Yes, it's time to make everyone sick. Last year I found out about the most total, complete, 100% grossest thing EVER!
But before I get to that, I'll give the folks who just might be faint of heart a chance to see some cool parrot pics. These pics have absolutely nothing to do with utter and complete grossocityness. Well, one of two might have a caption from YT.
I just love the framing on this shot. She (can you tell she's a sheila?) is sooooo cute! Taken from the pool lounger (with dual beer holders) at 7 am.
I think the sparrow's name in Ishmael.
I eat like this because I can!
Are you from Kodiak, little one?
And now on to the gross stuff.
Hmmmmmmm, what could it be?
Perhaps the time YT closed the door on his toenail? Blood went everywhere. Eventually the toenail grew back. YT even had WP take a picture during the process whereupon the blood encrusted toenail separated from the base...
Nope, that's not even close.
Was it the time when YT dissected the Huntsman's (Huntsbabe's) egg sac?
Well, it could be gross, but since I didn't eat the spider caviar it doesn't rank.
Could it be the time YT was swimming naked in the pool and suddenly got the runs?

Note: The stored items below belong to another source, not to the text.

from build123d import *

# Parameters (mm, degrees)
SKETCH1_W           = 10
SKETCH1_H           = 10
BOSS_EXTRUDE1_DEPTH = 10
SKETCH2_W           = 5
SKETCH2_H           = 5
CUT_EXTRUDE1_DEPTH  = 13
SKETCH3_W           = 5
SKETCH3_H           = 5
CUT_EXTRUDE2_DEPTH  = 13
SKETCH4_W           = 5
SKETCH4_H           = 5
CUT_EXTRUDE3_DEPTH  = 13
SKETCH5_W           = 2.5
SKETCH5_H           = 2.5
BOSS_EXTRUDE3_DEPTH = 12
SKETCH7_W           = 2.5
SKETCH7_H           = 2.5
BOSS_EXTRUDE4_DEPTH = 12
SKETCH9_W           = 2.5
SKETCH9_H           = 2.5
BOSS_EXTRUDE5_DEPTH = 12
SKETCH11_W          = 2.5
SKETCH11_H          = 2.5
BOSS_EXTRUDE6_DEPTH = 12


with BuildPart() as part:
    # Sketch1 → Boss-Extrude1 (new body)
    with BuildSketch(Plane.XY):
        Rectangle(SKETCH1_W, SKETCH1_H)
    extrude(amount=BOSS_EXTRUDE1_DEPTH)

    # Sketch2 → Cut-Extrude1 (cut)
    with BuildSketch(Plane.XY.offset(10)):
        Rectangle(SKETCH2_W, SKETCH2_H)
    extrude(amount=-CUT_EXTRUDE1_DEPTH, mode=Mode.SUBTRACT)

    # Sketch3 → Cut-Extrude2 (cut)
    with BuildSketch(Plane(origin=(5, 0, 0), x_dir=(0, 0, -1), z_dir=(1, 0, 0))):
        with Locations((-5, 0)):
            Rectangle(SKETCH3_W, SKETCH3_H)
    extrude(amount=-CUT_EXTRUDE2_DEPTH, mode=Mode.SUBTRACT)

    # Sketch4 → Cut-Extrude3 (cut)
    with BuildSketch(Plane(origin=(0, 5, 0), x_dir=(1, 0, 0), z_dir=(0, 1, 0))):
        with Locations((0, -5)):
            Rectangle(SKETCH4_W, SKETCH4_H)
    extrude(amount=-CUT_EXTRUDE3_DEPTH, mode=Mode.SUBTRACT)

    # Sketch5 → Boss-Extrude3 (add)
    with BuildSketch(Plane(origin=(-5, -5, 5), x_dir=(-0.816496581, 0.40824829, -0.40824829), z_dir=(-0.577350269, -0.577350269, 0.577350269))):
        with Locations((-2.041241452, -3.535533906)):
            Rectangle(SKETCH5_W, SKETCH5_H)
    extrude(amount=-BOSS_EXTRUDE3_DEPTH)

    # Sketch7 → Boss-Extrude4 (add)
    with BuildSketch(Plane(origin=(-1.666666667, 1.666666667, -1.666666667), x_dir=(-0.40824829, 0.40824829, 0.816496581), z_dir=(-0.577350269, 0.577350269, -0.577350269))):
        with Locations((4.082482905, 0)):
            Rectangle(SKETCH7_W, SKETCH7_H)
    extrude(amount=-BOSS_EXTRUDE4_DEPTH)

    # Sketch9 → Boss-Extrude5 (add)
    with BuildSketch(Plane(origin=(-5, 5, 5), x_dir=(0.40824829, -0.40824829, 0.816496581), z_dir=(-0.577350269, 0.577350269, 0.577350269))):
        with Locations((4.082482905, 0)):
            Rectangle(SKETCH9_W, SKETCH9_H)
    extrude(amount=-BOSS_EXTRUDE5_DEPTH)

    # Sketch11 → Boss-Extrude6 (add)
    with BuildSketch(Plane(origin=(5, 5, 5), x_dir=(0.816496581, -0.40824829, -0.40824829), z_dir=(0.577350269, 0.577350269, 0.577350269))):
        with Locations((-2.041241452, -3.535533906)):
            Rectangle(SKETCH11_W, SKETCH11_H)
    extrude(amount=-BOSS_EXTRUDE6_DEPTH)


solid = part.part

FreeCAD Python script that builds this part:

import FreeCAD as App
import Part
import Sketcher

doc = App.newDocument("Part")
body = doc.addObject("PartDesign::Body", "Body")

# Sketch on XY plane
sketch1 = body.newObject("Sketcher::SketchObject", "Sketch")
sketch1.AttachmentSupport = (doc.getObject("XY_Plane"), [""])
sketch1.MapMode = "FlatFace"
sketch1.addGeometry([
    Part.LineSegment(App.Vector(-5, 5, 0), App.Vector(-5, -5, 0)),
    Part.LineSegment(App.Vector(-5, -5, 0), App.Vector(5, -5, 0)),
    Part.LineSegment(App.Vector(5, -5, 0), App.Vector(5, 5, 0)),
    Part.LineSegment(App.Vector(5, 5, 0), App.Vector(-5, 5, 0)),
], False)
sketch1.addConstraint([
    Sketcher.Constraint("Coincident", 0, 2, 1, 1),
    Sketcher.Constraint("Coincident", 1, 2, 2, 1),
    Sketcher.Constraint("Coincident", 2, 2, 3, 1),
    Sketcher.Constraint("Coincident", 3, 2, 0, 1),
    Sketcher.Constraint("Vertical", 0),
    Sketcher.Constraint("Horizontal", 1),
    Sketcher.Constraint("Vertical", 2),
    Sketcher.Constraint("Horizontal", 3),
    Sketcher.Constraint("Symmetric", 0, 2, 2, 2, -1, 1),
    Sketcher.Constraint("Equal", 3, 0),
    Sketcher.Constraint("DistanceX", 1, 1, 1, 2, 10.0),
])
pad1 = body.newObject("PartDesign::Pad", "Pad")
pad1.Profile = sketch1
pad1.Length = 10

# Sketch on XY plane
sketch2 = body.newObject("Sketcher::SketchObject", "Sketch001")
sketch2.AttachmentSupport = (doc.getObject("XY_Plane"), [""])
sketch2.MapMode = "FlatFace"
sketch2.AttachmentOffset = App.Placement(App.Vector(0, 0, 10), App.Rotation())
sketch2.addGeometry([
    Part.LineSegment(App.Vector(-2.5, 2.5, 0), App.Vector(-2.5, -2.5, 0)),
    Part.LineSegment(App.Vector(-2.5, -2.5, 0), App.Vector(2.5, -2.5, 0)),
    Part.LineSegment(App.Vector(2.5, -2.5, 0), App.Vector(2.5, 2.5, 0)),
    Part.LineSegment(App.Vector(2.5, 2.5, 0), App.Vector(-2.5, 2.5, 0)),
], False)
sketch2.addConstraint([
    Sketcher.Constraint("Coincident", 0, 2, 1, 1),
    Sketcher.Constraint("Coincident", 1, 2, 2, 1),
    Sketcher.Constraint("Coincident", 2, 2, 3, 1),
    Sketcher.Constraint("Coincident", 3, 2, 0, 1),
    Sketcher.Constraint("Vertical", 0),
    Sketcher.Constraint("Horizontal", 1),
    Sketcher.Constraint("Vertical", 2),
    Sketcher.Constraint("Horizontal", 3),
    Sketcher.Constraint("Symmetric", 0, 2, 2, 2, -1, 1),
    Sketcher.Constraint("Equal", 3, 0),
    Sketcher.Constraint("DistanceX", 1, 1, 1, 2, 5.0),
])
pocket1 = body.newObject("PartDesign::Pocket", "Pocket")
pocket1.Profile = sketch2
pocket1.Length = 13

# Sketch on YZ plane
sketch3 = body.newObject("Sketcher::SketchObject", "Sketch002")
sketch3.AttachmentSupport = (doc.getObject("YZ_Plane"), [""])
sketch3.MapMode = "FlatFace"
sketch3.AttachmentOffset = App.Placement(App.Vector(0, 0, 5), App.Rotation())
sketch3.addGeometry([
    Part.LineSegment(App.Vector(2.5, 7.5, 0), App.Vector(-2.5, 7.5, 0)),
    Part.LineSegment(App.Vector(-2.5, 7.5, 0), App.Vector(-2.5, 2.5, 0)),
    Part.LineSegment(App.Vector(-2.5, 2.5, 0), App.Vector(2.5, 2.5, 0)),
    Part.LineSegment(App.Vector(2.5, 2.5, 0), App.Vector(2.5, 7.5, 0)),
], False)
sketch3.addConstraint([
    Sketcher.Constraint("Coincident", 0, 2, 1, 1),
    Sketcher.Constraint("Coincident", 1, 2, 2, 1),
    Sketcher.Constraint("Coincident", 2, 2, 3, 1),
    Sketcher.Constraint("Coincident", 3, 2, 0, 1),
    Sketcher.Constraint("Horizontal", 0),
    Sketcher.Constraint("Vertical", 1),
    Sketcher.Constraint("Horizontal", 2),
    Sketcher.Constraint("Vertical", 3),
    Sketcher.Constraint("Equal", 2, 1),
    Sketcher.Constraint("DistanceX", 0, 2, 0, 1, 5.0),
    Sketcher.Constraint("DistanceX", 0, 2, -1, 1, 2.5),
    Sketcher.Constraint("DistanceY", -1, 1, 0, 2, 7.5),
])
pocket2 = body.newObject("PartDesign::Pocket", "Pocket001")
pocket2.Profile = sketch3
pocket2.Length = 13

# Sketch on XZ plane
sketch4 = body.newObject("Sketcher::SketchObject", "Sketch003")
sketch4.AttachmentSupport = (doc.getObject("XZ_Plane"), [""])
sketch4.MapMode = "FlatFace"
sketch4.AttachmentOffset = App.Placement(App.Vector(0, 0, -5), App.Rotation())
sketch4.addGeometry([
    Part.LineSegment(App.Vector(-2.5, 2.5, 0), App.Vector(-2.5, 7.5, 0)),
    Part.LineSegment(App.Vector(-2.5, 7.5, 0), App.Vector(2.5, 7.5, 0)),
    Part.LineSegment(App.Vector(2.5, 7.5, 0), App.Vector(2.5, 2.5, 0)),
    Part.LineSegment(App.Vector(2.5, 2.5, 0), App.Vector(-2.5, 2.5, 0)),
], False)
sketch4.addConstraint([
    Sketcher.Constraint("Coincident", 0, 2, 1, 1),
    Sketcher.Constraint("Coincident", 1, 2, 2, 1),
    Sketcher.Constraint("Coincident", 2, 2, 3, 1),
    Sketcher.Constraint("Coincident", 3, 2, 0, 1),
    Sketcher.Constraint("Vertical", 0),
    Sketcher.Constraint("Horizontal", 1),
    Sketcher.Constraint("Vertical", 2),
    Sketcher.Constraint("Horizontal", 3),
    Sketcher.Constraint("Equal", 3, 0),
    Sketcher.Constraint("DistanceX", 1, 1, 1, 2, 5.0),
    Sketcher.Constraint("DistanceX", 0, 2, -1, 1, 2.5),
    Sketcher.Constraint("DistanceY", -1, 1, 0, 2, 7.5),
])
pocket3 = body.newObject("PartDesign::Pocket", "Pocket002")
pocket3.Profile = sketch4
pocket3.Length = 13
pocket3.Reversed = True

# Sketch on an angled plane
sketch5 = body.newObject("Sketcher::SketchObject", "Sketch004")
sketch5.Placement = App.Placement(App.Vector(-5, -5, 5), App.Rotation(App.Vector(-0.816496581, 0.40824829, -0.40824829), App.Vector(0, -0.707106781, -0.707106781), App.Vector(-0.577350269, -0.577350269, 0.577350269), "ZXY"))
sketch5.addGeometry([
    Part.LineSegment(App.Vector(-3.291241, -2.285534, 0), App.Vector(-3.291241, -4.785534, 0)),
    Part.LineSegment(App.Vector(-3.291241, -4.785534, 0), App.Vector(-0.791241, -4.785534, 0)),
    Part.LineSegment(App.Vector(-0.791241, -4.785534, 0), App.Vector(-0.791241, -2.285534, 0)),
    Part.LineSegment(App.Vector(-0.791241, -2.285534, 0), App.Vector(-3.291241, -2.285534, 0)),
], False)
sketch5.addConstraint([
    Sketcher.Constraint("Coincident", 0, 2, 1, 1),
    Sketcher.Constraint("Coincident", 1, 2, 2, 1),
    Sketcher.Constraint("Coincident", 2, 2, 3, 1),
    Sketcher.Constraint("Coincident", 3, 2, 0, 1),
    Sketcher.Constraint("Vertical", 0),
    Sketcher.Constraint("Horizontal", 1),
    Sketcher.Constraint("Vertical", 2),
    Sketcher.Constraint("Horizontal", 3),
    Sketcher.Constraint("Equal", 3, 0),
    Sketcher.Constraint("DistanceX", 1, 1, 1, 2, 2.5),
    Sketcher.Constraint("DistanceX", 0, 2, -1, 1, 3.291241),
    Sketcher.Constraint("DistanceY", 0, 2, -1, 1, 4.785534),
])
pad2 = body.newObject("PartDesign::Pad", "Pad001")
pad2.Profile = sketch5
pad2.Length = 12
pad2.Reversed = True

# Sketch on an angled plane
sketch6 = body.newObject("Sketcher::SketchObject", "Sketch005")
sketch6.Placement = App.Placement(App.Vector(-1.666667, 1.666667, -1.666667), App.Rotation(App.Vector(-0.40824829, 0.40824829, 0.816496581), App.Vector(0.707106781, 0.707106781, 0), App.Vector(-0.577350269, 0.577350269, -0.577350269), "ZXY"))
sketch6.addGeometry([
    Part.LineSegment(App.Vector(2.832483, 1.25, 0), App.Vector(2.832483, -1.25, 0)),
    Part.LineSegment(App.Vector(2.832483, -1.25, 0), App.Vector(5.332483, -1.25, 0)),
    Part.LineSegment(App.Vector(5.332483, -1.25, 0), App.Vector(5.332483, 1.25, 0)),
    Part.LineSegment(App.Vector(5.332483, 1.25, 0), App.Vector(2.832483, 1.25, 0)),
], False)
sketch6.addConstraint([
    Sketcher.Constraint("Coincident", 0, 2, 1, 1),
    Sketcher.Constraint("Coincident", 1, 2, 2, 1),
    Sketcher.Constraint("Coincident", 2, 2, 3, 1),
    Sketcher.Constraint("Coincident", 3, 2, 0, 1),
    Sketcher.Constraint("Vertical", 0),
    Sketcher.Constraint("Horizontal", 1),
    Sketcher.Constraint("Vertical", 2),
    Sketcher.Constraint("Horizontal", 3),
    Sketcher.Constraint("Equal", 3, 0),
    Sketcher.Constraint("DistanceX", 1, 1, 1, 2, 2.5),
    Sketcher.Constraint("DistanceY", 0, 2, -1, 1, 1.25),
    Sketcher.Constraint("DistanceX", -1, 1, 0, 2, 2.832483),
])
pad3 = body.newObject("PartDesign::Pad", "Pad002")
pad3.Profile = sketch6
pad3.Length = 12
pad3.Reversed = True

# Sketch on an angled plane
sketch7 = body.newObject("Sketcher::SketchObject", "Sketch006")
sketch7.Placement = App.Placement(App.Vector(-5, 5, 5), App.Rotation(App.Vector(0.40824829, -0.40824829, 0.816496581), App.Vector(0.707106781, 0.707106781, 0), App.Vector(-0.577350269, 0.577350269, 0.577350269), "ZXY"))
sketch7.addGeometry([
    Part.LineSegment(App.Vector(2.832483, 1.25, 0), App.Vector(2.832483, -1.25, 0)),
    Part.LineSegment(App.Vector(2.832483, -1.25, 0), App.Vector(5.332483, -1.25, 0)),
    Part.LineSegment(App.Vector(5.332483, -1.25, 0), App.Vector(5.332483, 1.25, 0)),
    Part.LineSegment(App.Vector(5.332483, 1.25, 0), App.Vector(2.832483, 1.25, 0)),
], False)
sketch7.addConstraint([
    Sketcher.Constraint("Coincident", 0, 2, 1, 1),
    Sketcher.Constraint("Coincident", 1, 2, 2, 1),
    Sketcher.Constraint("Coincident", 2, 2, 3, 1),
    Sketcher.Constraint("Coincident", 3, 2, 0, 1),
    Sketcher.Constraint("Vertical", 0),
    Sketcher.Constraint("Horizontal", 1),
    Sketcher.Constraint("Vertical", 2),
    Sketcher.Constraint("Horizontal", 3),
    Sketcher.Constraint("Equal", 3, 0),
    Sketcher.Constraint("DistanceX", 1, 1, 1, 2, 2.5),
    Sketcher.Constraint("DistanceY", 0, 2, -1, 1, 1.25),
    Sketcher.Constraint("DistanceX", -1, 1, 0, 2, 2.832483),
])
pad4 = body.newObject("PartDesign::Pad", "Pad003")
pad4.Profile = sketch7
pad4.Length = 12
pad4.Reversed = True

# Sketch on an angled plane
sketch8 = body.newObject("Sketcher::SketchObject", "Sketch007")
sketch8.Placement = App.Placement(App.Vector(5, 5, 5), App.Rotation(App.Vector(0.816496581, -0.40824829, -0.40824829), App.Vector(0, 0.707106781, -0.707106781), App.Vector(0.577350269, 0.577350269, 0.577350269), "ZXY"))
sketch8.addGeometry([
    Part.LineSegment(App.Vector(-3.291241, -2.285534, 0), App.Vector(-3.291241, -4.785534, 0)),
    Part.LineSegment(App.Vector(-3.291241, -4.785534, 0), App.Vector(-0.791241, -4.785534, 0)),
    Part.LineSegment(App.Vector(-0.791241, -4.785534, 0), App.Vector(-0.791241, -2.285534, 0)),
    Part.LineSegment(App.Vector(-0.791241, -2.285534, 0), App.Vector(-3.291241, -2.285534, 0)),
], False)
sketch8.addConstraint([
    Sketcher.Constraint("Coincident", 0, 2, 1, 1),
    Sketcher.Constraint("Coincident", 1, 2, 2, 1),
    Sketcher.Constraint("Coincident", 2, 2, 3, 1),
    Sketcher.Constraint("Coincident", 3, 2, 0, 1),
    Sketcher.Constraint("Vertical", 0),
    Sketcher.Constraint("Horizontal", 1),
    Sketcher.Constraint("Vertical", 2),
    Sketcher.Constraint("Horizontal", 3),
    Sketcher.Constraint("Equal", 3, 0),
    Sketcher.Constraint("DistanceX", 1, 1, 1, 2, 2.5),
    Sketcher.Constraint("DistanceX", 0, 2, -1, 1, 3.291241),
    Sketcher.Constraint("DistanceY", 0, 2, -1, 1, 4.785534),
])
pad5 = body.newObject("PartDesign::Pad", "Pad004")
pad5.Profile = sketch8
pad5.Length = 12
pad5.Reversed = True

doc.recompute()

Ahhhhh, getting there... but no, not as gross as what's coming.
Perhaps it was the time that hunk of re-bar got itself jammed into little YT's left knee?
Hmmmmm, painful but not gross.
How about the time when YT ran around a corner and ended up with his face in the nether regions of a moose?
Well, now we are getting somewhere. However, that ain't it.
But it does have to do with smell. In fact, it has all to do with smell.
It's been almost a year now since the totally grossest smell ever... I still get the dry heaves when I think about it.
I'm sorry, but I really can't finish this post... my stomach is protesting! The smell! AAAAIIIIGGGGHHHH!
I swear I'll tell ya about it tomorrow, honest.